Il termine “indipendente”,
continua, Fontanelli «occupa uno spazio strano nella terminologia corrente:
anni fa sono rimasto stupito del fatto che alcuni premi per artisti
indipendenti siano andati a gruppi come quelli sponsorizzati dalla Caselli, o
agli Afterhours: in questo senso, effettivamente nel mercato (cosiddetto)
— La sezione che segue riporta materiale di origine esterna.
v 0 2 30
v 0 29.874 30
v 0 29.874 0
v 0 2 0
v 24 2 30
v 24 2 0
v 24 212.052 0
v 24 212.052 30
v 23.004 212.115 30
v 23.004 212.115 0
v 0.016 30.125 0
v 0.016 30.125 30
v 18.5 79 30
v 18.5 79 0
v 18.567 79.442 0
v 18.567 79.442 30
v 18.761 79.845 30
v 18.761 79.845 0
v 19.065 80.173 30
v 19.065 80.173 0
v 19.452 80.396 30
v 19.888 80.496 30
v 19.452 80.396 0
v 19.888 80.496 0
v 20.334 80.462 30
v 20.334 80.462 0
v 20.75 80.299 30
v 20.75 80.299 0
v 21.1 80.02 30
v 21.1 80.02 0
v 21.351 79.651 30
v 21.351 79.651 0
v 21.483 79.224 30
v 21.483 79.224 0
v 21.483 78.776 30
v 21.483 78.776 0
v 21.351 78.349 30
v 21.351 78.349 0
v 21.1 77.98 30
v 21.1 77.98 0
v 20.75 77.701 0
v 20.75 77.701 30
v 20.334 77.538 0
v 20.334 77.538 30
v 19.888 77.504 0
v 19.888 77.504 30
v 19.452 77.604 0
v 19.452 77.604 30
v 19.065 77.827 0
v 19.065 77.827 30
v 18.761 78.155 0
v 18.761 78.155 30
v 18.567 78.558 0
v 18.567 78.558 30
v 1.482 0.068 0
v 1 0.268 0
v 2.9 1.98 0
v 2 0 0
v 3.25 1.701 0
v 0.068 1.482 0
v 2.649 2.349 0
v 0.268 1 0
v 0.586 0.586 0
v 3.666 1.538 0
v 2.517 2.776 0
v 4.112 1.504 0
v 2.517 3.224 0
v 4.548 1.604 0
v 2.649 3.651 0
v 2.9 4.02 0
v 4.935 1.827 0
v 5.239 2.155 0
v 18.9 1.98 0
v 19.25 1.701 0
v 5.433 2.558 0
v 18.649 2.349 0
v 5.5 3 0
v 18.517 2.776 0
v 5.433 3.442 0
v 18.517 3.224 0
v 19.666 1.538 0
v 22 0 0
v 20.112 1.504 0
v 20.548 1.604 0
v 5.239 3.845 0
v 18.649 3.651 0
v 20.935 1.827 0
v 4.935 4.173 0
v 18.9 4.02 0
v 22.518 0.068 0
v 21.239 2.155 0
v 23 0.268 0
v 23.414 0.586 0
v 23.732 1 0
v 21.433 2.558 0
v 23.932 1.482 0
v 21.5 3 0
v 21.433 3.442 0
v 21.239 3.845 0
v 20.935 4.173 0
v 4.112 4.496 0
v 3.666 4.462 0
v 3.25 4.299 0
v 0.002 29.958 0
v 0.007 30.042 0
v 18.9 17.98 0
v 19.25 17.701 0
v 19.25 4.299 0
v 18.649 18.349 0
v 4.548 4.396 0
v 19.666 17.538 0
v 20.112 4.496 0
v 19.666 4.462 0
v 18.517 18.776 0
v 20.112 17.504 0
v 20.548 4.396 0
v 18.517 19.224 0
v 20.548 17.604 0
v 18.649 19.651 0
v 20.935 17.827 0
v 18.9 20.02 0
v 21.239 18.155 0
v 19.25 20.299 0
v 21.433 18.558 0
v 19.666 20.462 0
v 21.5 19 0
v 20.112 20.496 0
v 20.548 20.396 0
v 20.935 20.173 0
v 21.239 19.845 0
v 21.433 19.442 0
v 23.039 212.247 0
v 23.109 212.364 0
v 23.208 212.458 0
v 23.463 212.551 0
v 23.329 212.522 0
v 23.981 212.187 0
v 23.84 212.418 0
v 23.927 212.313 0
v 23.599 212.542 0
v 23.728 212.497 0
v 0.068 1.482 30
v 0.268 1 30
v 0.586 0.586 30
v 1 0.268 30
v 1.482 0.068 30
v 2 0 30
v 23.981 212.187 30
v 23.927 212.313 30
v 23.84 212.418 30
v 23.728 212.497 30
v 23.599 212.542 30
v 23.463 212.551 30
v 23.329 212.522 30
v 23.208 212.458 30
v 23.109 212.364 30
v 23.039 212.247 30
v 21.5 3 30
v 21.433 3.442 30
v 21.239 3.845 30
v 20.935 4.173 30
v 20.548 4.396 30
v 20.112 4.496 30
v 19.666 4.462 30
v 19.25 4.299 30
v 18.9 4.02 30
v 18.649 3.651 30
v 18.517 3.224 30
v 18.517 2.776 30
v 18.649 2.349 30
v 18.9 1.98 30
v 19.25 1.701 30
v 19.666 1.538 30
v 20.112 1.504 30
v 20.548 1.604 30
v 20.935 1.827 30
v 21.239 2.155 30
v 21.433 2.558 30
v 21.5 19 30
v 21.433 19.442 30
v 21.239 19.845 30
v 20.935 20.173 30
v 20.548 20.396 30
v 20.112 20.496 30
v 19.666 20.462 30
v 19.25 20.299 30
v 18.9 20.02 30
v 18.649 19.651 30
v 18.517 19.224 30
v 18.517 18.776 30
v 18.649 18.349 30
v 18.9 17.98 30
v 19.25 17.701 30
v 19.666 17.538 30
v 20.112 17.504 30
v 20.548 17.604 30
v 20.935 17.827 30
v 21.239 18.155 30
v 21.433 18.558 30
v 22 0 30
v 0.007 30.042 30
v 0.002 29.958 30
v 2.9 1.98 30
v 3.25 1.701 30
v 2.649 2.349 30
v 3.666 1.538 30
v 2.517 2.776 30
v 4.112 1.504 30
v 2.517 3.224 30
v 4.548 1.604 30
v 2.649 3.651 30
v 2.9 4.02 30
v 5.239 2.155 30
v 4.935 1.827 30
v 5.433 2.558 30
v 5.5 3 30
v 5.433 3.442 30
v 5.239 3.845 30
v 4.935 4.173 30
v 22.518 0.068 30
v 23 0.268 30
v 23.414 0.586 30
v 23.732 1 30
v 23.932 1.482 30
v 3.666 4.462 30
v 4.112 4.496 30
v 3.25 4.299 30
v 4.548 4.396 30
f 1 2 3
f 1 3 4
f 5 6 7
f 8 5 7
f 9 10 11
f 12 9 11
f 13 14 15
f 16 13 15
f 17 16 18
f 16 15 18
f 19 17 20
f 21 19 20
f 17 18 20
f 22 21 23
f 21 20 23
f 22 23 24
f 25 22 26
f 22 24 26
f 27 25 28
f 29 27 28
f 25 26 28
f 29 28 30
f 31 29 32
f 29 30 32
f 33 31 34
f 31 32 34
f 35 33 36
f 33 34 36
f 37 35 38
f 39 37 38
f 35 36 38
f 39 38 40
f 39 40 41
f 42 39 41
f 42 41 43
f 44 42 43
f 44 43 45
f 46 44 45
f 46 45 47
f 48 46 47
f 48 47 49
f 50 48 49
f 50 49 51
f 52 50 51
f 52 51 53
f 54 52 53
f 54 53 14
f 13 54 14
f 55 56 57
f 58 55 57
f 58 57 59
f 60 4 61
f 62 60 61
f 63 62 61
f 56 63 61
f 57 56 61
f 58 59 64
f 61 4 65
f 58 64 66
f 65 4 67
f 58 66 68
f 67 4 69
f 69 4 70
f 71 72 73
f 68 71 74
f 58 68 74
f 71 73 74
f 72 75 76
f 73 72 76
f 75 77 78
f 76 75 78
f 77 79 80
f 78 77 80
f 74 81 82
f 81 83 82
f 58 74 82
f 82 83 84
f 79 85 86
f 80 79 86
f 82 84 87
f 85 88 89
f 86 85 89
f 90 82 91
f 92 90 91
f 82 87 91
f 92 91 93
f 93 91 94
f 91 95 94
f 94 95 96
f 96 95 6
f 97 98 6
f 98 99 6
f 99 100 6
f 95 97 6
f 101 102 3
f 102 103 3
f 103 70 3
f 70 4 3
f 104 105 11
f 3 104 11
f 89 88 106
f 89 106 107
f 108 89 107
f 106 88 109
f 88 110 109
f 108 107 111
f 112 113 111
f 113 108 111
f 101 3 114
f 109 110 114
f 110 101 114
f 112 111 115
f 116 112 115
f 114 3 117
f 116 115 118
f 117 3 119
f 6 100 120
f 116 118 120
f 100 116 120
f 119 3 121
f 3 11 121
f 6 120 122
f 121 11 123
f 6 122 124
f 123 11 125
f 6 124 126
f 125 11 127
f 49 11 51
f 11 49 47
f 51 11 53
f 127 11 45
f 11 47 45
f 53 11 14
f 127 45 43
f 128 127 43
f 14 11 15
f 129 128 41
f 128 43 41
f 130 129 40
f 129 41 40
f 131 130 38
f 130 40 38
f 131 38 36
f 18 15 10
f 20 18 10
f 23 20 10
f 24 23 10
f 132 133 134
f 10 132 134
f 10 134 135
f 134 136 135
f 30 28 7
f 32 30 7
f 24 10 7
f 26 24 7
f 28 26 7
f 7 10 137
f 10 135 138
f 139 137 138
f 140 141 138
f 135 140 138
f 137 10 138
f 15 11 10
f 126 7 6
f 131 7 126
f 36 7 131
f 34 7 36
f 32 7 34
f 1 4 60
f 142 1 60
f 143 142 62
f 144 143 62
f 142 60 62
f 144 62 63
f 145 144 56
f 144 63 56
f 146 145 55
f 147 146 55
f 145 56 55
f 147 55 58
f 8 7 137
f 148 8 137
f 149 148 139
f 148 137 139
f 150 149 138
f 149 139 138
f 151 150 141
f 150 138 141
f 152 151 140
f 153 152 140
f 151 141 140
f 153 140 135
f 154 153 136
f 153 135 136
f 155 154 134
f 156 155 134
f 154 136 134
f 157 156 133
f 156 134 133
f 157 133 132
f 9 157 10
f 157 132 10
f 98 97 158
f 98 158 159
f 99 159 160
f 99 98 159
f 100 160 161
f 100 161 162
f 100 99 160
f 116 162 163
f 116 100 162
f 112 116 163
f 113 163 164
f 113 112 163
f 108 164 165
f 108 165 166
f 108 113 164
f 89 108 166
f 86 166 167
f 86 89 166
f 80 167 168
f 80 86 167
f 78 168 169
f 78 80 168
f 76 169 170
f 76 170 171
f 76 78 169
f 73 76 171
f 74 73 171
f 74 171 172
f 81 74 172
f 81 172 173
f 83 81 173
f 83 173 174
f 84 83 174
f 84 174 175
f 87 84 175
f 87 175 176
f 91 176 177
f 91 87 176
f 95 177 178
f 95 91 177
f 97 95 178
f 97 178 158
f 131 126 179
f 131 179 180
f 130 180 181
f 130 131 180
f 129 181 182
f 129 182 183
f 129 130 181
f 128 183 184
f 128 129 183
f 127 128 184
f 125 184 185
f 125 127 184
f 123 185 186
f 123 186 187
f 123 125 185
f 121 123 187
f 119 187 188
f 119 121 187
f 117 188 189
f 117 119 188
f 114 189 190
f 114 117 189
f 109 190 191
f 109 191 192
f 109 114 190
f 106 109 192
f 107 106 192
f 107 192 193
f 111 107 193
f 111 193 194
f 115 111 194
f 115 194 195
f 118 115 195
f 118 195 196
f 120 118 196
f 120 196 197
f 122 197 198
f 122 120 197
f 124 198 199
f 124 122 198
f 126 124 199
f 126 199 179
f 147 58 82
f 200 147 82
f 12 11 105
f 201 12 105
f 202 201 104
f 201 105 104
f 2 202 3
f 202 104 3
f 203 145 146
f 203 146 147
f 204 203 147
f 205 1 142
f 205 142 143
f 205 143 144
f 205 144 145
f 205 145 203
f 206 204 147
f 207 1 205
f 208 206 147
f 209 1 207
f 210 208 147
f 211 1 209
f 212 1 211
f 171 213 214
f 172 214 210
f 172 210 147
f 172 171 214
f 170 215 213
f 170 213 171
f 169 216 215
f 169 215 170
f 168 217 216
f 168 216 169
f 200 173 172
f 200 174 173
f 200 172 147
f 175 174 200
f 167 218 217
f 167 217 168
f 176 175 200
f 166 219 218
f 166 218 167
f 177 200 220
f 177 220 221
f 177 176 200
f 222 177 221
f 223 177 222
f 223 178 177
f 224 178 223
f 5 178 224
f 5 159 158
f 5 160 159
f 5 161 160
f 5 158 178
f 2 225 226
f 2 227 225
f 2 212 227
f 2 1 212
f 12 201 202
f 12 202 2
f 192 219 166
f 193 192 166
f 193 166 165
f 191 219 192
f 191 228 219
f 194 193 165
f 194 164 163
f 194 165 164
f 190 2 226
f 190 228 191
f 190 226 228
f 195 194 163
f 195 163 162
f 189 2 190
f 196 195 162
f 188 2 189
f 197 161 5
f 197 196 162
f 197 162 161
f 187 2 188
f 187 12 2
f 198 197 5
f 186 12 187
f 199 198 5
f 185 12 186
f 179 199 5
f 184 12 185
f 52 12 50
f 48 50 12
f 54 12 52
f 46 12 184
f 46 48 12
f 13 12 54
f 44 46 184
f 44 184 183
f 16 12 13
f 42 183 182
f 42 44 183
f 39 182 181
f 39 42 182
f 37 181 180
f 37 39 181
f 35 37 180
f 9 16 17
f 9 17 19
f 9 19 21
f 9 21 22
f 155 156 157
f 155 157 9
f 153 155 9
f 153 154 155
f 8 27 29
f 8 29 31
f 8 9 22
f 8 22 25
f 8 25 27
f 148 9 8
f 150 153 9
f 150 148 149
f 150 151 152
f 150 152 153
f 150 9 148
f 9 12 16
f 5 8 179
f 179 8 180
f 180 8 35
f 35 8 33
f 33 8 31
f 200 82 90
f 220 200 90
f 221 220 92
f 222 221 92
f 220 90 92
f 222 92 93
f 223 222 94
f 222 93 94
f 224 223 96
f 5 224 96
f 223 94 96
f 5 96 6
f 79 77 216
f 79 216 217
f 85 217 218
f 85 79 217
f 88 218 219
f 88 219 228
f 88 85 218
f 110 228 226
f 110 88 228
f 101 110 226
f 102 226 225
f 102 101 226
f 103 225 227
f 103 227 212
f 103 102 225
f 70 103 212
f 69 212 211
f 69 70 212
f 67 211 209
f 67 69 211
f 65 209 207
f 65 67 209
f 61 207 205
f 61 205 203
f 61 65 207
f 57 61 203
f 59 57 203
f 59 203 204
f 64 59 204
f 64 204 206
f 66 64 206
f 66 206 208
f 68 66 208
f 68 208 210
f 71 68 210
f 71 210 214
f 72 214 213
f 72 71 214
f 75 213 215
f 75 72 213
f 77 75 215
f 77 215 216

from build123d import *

# Parameters (mm, degrees)
SKETCH_1_R          = 1.5
EXTRUDE_2_DEPTH     = 30
SKETCH_2_R          = 1.5
CUT_EXTRUDE_1_DEPTH = 216.996068062


with BuildPart() as part:
    # 草图1 → 凸台-拉伸2 (new body)
    with BuildSketch(Plane.XY):
        with BuildLine():
            Line((23.003941811, 212.114539339), (0.015767245, 30.124824021))
            ThreePointArc((0.015767245, 30.124824021), (0.003945703, 29.999751784), (0, 29.874184094))
            Line((0, 29.874184094), (0, 2))
            ThreePointArc((0, 2), (0.585786438, 0.585786438), (2, 0))
            Line((2, 0), (22, 0))
            ThreePointArc((22, 0), (23.414213562, 0.585786438), (24, 2))
            Line((24, 2), (24, 212.051879357))
            ThreePointArc((24, 212.051879357), (23.531391922, 212.550892931), (23.003941811, 212.114539339))
        make_face()
        with Locations((20, 3)):
            Circle(SKETCH_1_R, mode=Mode.SUBTRACT)
        with Locations((4, 3)):
            Circle(SKETCH_1_R, mode=Mode.SUBTRACT)
        with Locations((20, 19)):
            Circle(SKETCH_1_R, mode=Mode.SUBTRACT)
    extrude(amount=EXTRUDE_2_DEPTH)

    # 草图2 → 切除-拉伸1 (cut, through all)
    with BuildSketch(Plane(origin=(0, 0, 0), x_dir=(-1, 0, 0), z_dir=(0, 0, -1))):
        with Locations((-20, 79)):
            Circle(SKETCH_2_R)
    extrude(amount=-CUT_EXTRUDE_1_DEPTH, mode=Mode.SUBTRACT)


solid = part.part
indipendente l’unica differenza è la quota, anzi la fetta di mercato che riesci
a ottenere: la Caselli si lamenta che non c’è sufficiente mercato per i giovani
promettenti, e per questo non li può produrre, poi però sono suoi fenomeni come
i Gazosa o i Negramaro, o Elisa… sono musicisti indipendenti? Il grosso
fraintendimento è che l’unica forma di indipendenza reale, la propria rispetto
anche all’idea degli altri, spesso viene scambiata al costo del denaro. L’unica
dipendenza è quella dalla proprie idee». E aggiunge «Alcune idee possono
rendere bene, anche nel mondo indipendente ci sono realtà che ragionano in modo
imprenditoriale, e poi c’è Stanley Kubrick! Nel mercato capitalistico, i soldi
liberano l’individuo, e sono l’unico modo in cui l’artista può realizzare le
proprie idee. Una cosa poi è la musica indipendente, un’altra la logica del do it yourself, l’etica punk, questo è
l’underground! Che non solo ci piace, è anche una cultura radicata dentro: nel
punk come nell’underground c’è un’individualità irrinunciabile, non sapremmo
mai iniziare a ragionare su una canzone pop…almeno fino a oggi. Questo non vuol
dire essere ciecamente auto-referenziali o essere incapaci di recepire quello
che accade, o le necessità discografiche se vuoi… solo che più importante di
queste logiche, anche abbastanza facili da seguire, è il termine “integrità”, è
l’importanza di avere un’identità! Riconducibile alla nostra volontà di
esprimerci, anche a livello non razionale, e che però chi ci ascolta
percepisce: in un concetto solo, ne ha coscienza».
Nella
vostra musica, le storie piccole formano la Storia: il quotidiano entra nei
testi o sono i testi che provocano il punto di vista. Ovvero, la canzone è usata
come racconto: quanto conta la precisione delle parole? Collini, autore dei
testi, usa la parola, dice «fino a farla diventare un oggetto usato, non tanto
da visualizzare quanto un evento nel quale ci si può riconoscere, oppure
semplicemente mettere da qualche parte, e chi lo prende se ne rende conto: ogni
parola ha la vitalità di un film, ma questo dipende non solo dalle parole che
dici, quanto soprattutto da quelle che prendi: gli Offlaga senza il pubblico
non sarebbero nulla, hanno bisogno del “ricevente”, del pubblico ai concerti».
Il live
«è sempre più difficile, in Italia la musica non viene riconosciuta come
lavoro, e questo è un problema culturale. In Francia o in Germania non è così,
li lo Stato riconosce, anche economicamente, al musicista lo status di
“lavoratore”. Nel nostro Paese, forse riesci a sopravvivere se sei iscritto
alla SIAE e fai un tipo di musica che in qualche modo rientra nel genere
“cantautorato di massa”. Ecco, all’interno di questo mondo, il live è uno dei
pochissimi momenti in cui la musica genera ancora risorse. Qualunque gruppo
oggi si sostiene tramite i live, anche in ambito indipendente».